* ACTIVITY *
From the records below, print exactly the lines starting at the one containing "f 121 127 128" and ending at the one containing "v 259.42 43.792 -2.5", ends included, and nothing else.

* INPUT MATERIAL *
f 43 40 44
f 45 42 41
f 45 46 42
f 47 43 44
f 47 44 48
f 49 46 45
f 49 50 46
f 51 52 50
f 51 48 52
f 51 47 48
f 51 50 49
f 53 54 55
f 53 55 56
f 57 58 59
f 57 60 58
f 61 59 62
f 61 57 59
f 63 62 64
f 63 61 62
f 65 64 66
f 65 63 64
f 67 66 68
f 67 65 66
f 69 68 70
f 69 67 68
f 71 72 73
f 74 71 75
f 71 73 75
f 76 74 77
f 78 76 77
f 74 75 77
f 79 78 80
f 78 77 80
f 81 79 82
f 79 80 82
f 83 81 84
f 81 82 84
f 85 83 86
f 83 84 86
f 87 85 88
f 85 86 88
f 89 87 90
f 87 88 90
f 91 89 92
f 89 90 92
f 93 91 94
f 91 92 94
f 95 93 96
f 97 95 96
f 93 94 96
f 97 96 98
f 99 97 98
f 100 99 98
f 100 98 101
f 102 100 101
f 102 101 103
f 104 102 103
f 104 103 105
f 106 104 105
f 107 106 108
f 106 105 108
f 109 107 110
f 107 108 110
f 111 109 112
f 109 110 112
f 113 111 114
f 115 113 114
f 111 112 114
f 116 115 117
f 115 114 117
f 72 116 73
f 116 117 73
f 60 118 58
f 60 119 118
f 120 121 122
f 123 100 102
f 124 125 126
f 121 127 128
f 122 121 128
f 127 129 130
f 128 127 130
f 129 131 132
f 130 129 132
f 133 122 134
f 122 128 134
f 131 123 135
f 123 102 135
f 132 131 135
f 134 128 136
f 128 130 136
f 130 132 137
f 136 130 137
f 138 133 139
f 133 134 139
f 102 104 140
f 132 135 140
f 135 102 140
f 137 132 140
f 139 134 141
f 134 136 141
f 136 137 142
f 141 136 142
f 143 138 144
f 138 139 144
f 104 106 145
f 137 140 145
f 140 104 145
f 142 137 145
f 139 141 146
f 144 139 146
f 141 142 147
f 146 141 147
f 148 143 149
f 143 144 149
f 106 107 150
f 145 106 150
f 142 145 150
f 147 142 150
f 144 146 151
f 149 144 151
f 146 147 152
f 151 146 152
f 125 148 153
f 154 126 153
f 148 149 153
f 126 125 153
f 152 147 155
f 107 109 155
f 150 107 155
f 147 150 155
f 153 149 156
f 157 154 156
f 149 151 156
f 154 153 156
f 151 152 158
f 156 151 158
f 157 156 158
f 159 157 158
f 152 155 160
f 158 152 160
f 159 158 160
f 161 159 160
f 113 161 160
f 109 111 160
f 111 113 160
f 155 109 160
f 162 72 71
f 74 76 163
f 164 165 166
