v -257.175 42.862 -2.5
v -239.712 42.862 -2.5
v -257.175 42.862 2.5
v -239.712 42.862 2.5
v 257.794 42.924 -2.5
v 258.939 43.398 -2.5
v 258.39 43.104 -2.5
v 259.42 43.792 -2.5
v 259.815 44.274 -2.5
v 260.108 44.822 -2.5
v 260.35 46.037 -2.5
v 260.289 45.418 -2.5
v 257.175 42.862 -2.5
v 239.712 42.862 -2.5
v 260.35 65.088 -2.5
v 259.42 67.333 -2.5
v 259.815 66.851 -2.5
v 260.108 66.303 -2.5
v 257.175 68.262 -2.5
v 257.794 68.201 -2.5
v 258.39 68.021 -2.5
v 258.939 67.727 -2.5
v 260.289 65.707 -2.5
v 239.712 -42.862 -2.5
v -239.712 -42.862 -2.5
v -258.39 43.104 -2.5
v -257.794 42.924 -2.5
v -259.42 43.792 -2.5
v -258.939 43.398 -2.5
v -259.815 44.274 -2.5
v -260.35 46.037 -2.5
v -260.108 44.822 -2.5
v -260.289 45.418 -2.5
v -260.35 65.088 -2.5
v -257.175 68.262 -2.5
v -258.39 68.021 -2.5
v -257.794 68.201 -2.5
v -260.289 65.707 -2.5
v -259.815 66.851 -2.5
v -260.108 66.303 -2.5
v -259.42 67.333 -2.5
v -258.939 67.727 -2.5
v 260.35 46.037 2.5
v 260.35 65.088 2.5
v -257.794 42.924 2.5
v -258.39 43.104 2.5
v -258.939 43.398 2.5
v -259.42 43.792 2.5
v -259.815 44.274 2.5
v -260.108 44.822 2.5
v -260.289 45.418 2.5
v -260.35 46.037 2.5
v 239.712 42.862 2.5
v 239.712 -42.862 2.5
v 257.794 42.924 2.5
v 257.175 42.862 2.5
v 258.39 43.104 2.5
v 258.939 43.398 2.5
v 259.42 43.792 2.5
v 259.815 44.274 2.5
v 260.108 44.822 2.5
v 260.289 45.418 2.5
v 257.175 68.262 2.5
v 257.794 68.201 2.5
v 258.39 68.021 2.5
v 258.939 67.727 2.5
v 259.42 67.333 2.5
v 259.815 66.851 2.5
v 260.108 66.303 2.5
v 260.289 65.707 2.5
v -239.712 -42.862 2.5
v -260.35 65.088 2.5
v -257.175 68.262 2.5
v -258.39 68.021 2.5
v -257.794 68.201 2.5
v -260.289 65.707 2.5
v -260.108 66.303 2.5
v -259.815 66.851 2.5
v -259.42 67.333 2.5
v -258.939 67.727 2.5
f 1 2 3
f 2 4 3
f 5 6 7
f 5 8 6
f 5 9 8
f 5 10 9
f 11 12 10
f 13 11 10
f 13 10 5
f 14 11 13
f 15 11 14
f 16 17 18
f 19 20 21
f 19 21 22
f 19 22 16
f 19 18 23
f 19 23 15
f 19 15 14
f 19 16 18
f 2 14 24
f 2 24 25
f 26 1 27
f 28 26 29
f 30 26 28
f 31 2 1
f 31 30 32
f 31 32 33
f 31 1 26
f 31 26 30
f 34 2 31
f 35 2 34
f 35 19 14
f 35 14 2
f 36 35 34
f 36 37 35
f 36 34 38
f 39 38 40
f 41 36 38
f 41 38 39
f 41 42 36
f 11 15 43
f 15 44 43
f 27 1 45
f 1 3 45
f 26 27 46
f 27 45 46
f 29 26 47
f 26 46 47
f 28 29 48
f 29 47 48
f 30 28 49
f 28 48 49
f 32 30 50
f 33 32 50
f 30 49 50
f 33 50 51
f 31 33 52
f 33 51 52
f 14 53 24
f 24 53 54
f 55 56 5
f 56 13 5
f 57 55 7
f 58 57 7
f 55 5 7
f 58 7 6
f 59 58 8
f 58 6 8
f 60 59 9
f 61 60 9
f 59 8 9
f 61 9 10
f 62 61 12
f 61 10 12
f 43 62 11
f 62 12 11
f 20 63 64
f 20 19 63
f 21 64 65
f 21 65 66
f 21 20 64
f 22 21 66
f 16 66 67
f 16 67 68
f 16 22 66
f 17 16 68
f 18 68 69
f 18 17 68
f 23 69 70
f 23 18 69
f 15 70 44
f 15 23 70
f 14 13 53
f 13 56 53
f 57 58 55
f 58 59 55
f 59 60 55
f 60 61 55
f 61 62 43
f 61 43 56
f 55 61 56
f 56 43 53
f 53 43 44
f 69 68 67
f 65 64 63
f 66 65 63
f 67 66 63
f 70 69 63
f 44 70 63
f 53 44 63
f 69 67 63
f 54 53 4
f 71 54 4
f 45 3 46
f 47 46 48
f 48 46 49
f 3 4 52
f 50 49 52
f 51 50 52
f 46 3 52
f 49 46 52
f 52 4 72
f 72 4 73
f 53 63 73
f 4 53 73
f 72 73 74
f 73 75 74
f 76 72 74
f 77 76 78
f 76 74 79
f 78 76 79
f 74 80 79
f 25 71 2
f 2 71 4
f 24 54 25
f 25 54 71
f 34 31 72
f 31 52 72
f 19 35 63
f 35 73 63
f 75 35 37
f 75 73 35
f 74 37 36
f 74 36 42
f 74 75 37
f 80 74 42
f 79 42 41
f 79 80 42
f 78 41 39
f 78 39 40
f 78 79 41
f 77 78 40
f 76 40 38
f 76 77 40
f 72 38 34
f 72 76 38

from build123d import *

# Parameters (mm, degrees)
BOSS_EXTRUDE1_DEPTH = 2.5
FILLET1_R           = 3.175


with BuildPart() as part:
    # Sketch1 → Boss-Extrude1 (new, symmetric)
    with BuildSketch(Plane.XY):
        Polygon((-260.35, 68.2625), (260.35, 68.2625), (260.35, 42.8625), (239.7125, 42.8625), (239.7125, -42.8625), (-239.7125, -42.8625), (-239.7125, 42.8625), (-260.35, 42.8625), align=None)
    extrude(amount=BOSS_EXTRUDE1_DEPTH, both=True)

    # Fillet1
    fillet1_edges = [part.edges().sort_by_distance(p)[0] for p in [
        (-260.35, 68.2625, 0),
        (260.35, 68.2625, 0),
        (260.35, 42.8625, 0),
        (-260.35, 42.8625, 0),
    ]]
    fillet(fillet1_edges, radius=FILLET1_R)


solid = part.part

...

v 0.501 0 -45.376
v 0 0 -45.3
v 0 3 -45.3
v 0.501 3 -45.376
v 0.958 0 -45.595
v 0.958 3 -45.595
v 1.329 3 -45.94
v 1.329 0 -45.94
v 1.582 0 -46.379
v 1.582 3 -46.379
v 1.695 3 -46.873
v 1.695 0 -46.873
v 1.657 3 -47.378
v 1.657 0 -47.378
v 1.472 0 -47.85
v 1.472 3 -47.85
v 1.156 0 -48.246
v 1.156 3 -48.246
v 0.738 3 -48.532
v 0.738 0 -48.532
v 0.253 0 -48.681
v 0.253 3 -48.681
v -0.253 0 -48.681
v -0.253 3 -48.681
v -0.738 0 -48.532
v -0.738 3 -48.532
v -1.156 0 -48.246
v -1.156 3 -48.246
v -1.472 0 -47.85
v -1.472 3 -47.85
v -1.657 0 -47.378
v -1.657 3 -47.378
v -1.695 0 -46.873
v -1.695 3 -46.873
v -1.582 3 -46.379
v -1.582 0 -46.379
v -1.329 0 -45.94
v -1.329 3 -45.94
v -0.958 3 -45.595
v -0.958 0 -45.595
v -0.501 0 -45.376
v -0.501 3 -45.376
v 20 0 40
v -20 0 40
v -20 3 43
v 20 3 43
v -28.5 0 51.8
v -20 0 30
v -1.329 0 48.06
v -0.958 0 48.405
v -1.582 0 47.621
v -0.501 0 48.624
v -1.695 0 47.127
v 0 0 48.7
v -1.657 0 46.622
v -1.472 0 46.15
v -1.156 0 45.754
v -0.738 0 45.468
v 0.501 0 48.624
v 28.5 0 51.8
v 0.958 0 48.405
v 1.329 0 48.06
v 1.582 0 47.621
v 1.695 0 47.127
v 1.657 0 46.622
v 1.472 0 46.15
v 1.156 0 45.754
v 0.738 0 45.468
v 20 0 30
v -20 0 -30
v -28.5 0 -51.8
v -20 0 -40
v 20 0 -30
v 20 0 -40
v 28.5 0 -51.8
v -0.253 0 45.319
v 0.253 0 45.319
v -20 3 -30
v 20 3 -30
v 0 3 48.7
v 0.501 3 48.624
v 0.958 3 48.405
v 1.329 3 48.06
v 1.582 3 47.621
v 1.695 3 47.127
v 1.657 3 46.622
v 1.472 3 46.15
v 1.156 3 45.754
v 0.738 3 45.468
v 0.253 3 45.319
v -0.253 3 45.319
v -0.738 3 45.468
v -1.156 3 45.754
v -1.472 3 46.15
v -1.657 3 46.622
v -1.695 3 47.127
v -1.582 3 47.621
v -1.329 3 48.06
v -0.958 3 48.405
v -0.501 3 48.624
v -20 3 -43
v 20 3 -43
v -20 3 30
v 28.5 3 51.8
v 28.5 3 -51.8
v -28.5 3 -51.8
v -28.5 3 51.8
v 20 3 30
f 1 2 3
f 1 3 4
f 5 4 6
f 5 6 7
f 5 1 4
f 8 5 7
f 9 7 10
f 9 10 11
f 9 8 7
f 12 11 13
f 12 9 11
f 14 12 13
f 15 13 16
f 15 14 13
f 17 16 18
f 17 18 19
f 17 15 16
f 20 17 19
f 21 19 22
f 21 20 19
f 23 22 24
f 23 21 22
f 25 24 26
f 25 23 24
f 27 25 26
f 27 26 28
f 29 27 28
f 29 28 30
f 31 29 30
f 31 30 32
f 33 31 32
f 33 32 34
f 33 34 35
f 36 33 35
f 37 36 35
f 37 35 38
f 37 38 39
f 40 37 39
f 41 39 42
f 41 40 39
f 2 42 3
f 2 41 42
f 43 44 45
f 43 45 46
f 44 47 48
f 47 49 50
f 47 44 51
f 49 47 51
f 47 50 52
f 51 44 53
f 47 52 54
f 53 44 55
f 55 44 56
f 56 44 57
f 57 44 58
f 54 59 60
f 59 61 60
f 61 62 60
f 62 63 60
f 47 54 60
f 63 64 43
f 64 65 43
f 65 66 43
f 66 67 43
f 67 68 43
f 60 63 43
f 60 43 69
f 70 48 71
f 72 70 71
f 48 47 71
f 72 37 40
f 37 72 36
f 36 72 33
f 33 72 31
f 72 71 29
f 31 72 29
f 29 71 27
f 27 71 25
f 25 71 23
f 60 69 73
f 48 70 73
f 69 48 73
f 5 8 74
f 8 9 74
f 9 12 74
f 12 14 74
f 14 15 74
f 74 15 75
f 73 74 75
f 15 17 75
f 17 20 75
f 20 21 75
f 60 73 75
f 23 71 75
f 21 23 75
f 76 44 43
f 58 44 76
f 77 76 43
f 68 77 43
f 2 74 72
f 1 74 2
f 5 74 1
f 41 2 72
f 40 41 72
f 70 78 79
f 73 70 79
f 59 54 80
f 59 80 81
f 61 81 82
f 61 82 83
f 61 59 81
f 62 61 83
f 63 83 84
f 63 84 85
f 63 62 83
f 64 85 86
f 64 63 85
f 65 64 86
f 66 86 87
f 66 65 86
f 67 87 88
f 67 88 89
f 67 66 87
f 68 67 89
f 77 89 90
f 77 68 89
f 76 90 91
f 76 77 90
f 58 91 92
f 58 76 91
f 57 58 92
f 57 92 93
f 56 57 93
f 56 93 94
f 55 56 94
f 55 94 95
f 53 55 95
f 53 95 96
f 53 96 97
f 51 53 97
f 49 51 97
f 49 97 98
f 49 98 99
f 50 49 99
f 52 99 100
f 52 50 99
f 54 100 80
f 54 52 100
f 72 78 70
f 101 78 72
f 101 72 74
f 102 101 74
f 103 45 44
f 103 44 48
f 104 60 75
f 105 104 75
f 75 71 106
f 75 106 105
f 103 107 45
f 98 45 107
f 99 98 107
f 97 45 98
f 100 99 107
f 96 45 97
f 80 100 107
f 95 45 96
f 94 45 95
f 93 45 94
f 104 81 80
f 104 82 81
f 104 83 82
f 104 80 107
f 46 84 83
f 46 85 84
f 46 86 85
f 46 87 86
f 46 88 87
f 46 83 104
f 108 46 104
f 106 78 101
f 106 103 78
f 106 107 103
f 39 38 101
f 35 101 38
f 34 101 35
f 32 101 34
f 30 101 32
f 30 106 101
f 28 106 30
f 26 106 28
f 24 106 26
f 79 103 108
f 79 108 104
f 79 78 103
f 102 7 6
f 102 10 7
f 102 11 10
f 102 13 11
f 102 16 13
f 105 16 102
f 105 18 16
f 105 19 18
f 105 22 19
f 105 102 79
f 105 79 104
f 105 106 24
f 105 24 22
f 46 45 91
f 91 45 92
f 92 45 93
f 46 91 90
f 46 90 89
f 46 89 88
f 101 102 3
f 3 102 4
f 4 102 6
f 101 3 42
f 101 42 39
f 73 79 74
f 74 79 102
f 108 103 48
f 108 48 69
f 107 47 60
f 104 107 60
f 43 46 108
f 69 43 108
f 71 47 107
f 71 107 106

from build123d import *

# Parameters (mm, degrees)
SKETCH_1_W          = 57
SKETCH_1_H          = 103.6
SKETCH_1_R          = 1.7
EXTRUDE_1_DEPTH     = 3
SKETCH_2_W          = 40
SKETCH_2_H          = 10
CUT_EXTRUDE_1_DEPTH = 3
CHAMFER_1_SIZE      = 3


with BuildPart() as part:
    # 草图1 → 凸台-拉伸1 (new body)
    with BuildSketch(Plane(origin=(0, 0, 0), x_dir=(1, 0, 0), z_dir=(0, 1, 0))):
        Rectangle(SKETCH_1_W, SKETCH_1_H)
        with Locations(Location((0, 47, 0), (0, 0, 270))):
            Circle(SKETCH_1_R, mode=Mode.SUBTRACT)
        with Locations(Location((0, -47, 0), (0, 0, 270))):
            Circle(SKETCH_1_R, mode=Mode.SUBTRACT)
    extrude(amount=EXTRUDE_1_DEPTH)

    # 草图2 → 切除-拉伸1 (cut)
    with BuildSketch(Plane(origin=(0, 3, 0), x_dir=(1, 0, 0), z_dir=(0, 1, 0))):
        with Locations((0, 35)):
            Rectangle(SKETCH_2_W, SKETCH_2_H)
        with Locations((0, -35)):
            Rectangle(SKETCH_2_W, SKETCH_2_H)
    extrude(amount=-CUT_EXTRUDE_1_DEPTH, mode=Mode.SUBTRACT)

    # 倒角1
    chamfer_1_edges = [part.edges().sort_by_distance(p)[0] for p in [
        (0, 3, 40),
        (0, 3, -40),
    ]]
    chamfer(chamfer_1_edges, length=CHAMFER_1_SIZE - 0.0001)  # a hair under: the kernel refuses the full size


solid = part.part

* SOLUTION TO THIS TASK *
f 121 127 128
f 122 121 128
f 127 129 130
f 128 127 130
f 129 131 132
f 130 129 132
f 133 122 134
f 122 128 134
f 131 123 135
f 123 102 135
f 132 131 135
f 134 128 136
f 128 130 136
f 130 132 137
f 136 130 137
f 138 133 139
f 133 134 139
f 102 104 140
f 132 135 140
f 135 102 140
f 137 132 140
f 139 134 141
f 134 136 141
f 136 137 142
f 141 136 142
f 143 138 144
f 138 139 144
f 104 106 145
f 137 140 145
f 140 104 145
f 142 137 145
f 139 141 146
f 144 139 146
f 141 142 147
f 146 141 147
f 148 143 149
f 143 144 149
f 106 107 150
f 145 106 150
f 142 145 150
f 147 142 150
f 144 146 151
f 149 144 151
f 146 147 152
f 151 146 152
f 125 148 153
f 154 126 153
f 148 149 153
f 126 125 153
f 152 147 155
f 107 109 155
f 150 107 155
f 147 150 155
f 153 149 156
f 157 154 156
f 149 151 156
f 154 153 156
f 151 152 158
f 156 151 158
f 157 156 158
f 159 157 158
f 152 155 160
f 158 152 160
f 159 158 160
f 161 159 160
f 113 161 160
f 109 111 160
f 111 113 160
f 155 109 160
f 162 72 71
f 74 76 163
f 164 165 166
v -257.175 42.862 -2.5
v -239.712 42.862 -2.5
v -257.175 42.862 2.5
v -239.712 42.862 2.5
v 257.794 42.924 -2.5
v 258.939 43.398 -2.5
v 258.39 43.104 -2.5
v 259.42 43.792 -2.5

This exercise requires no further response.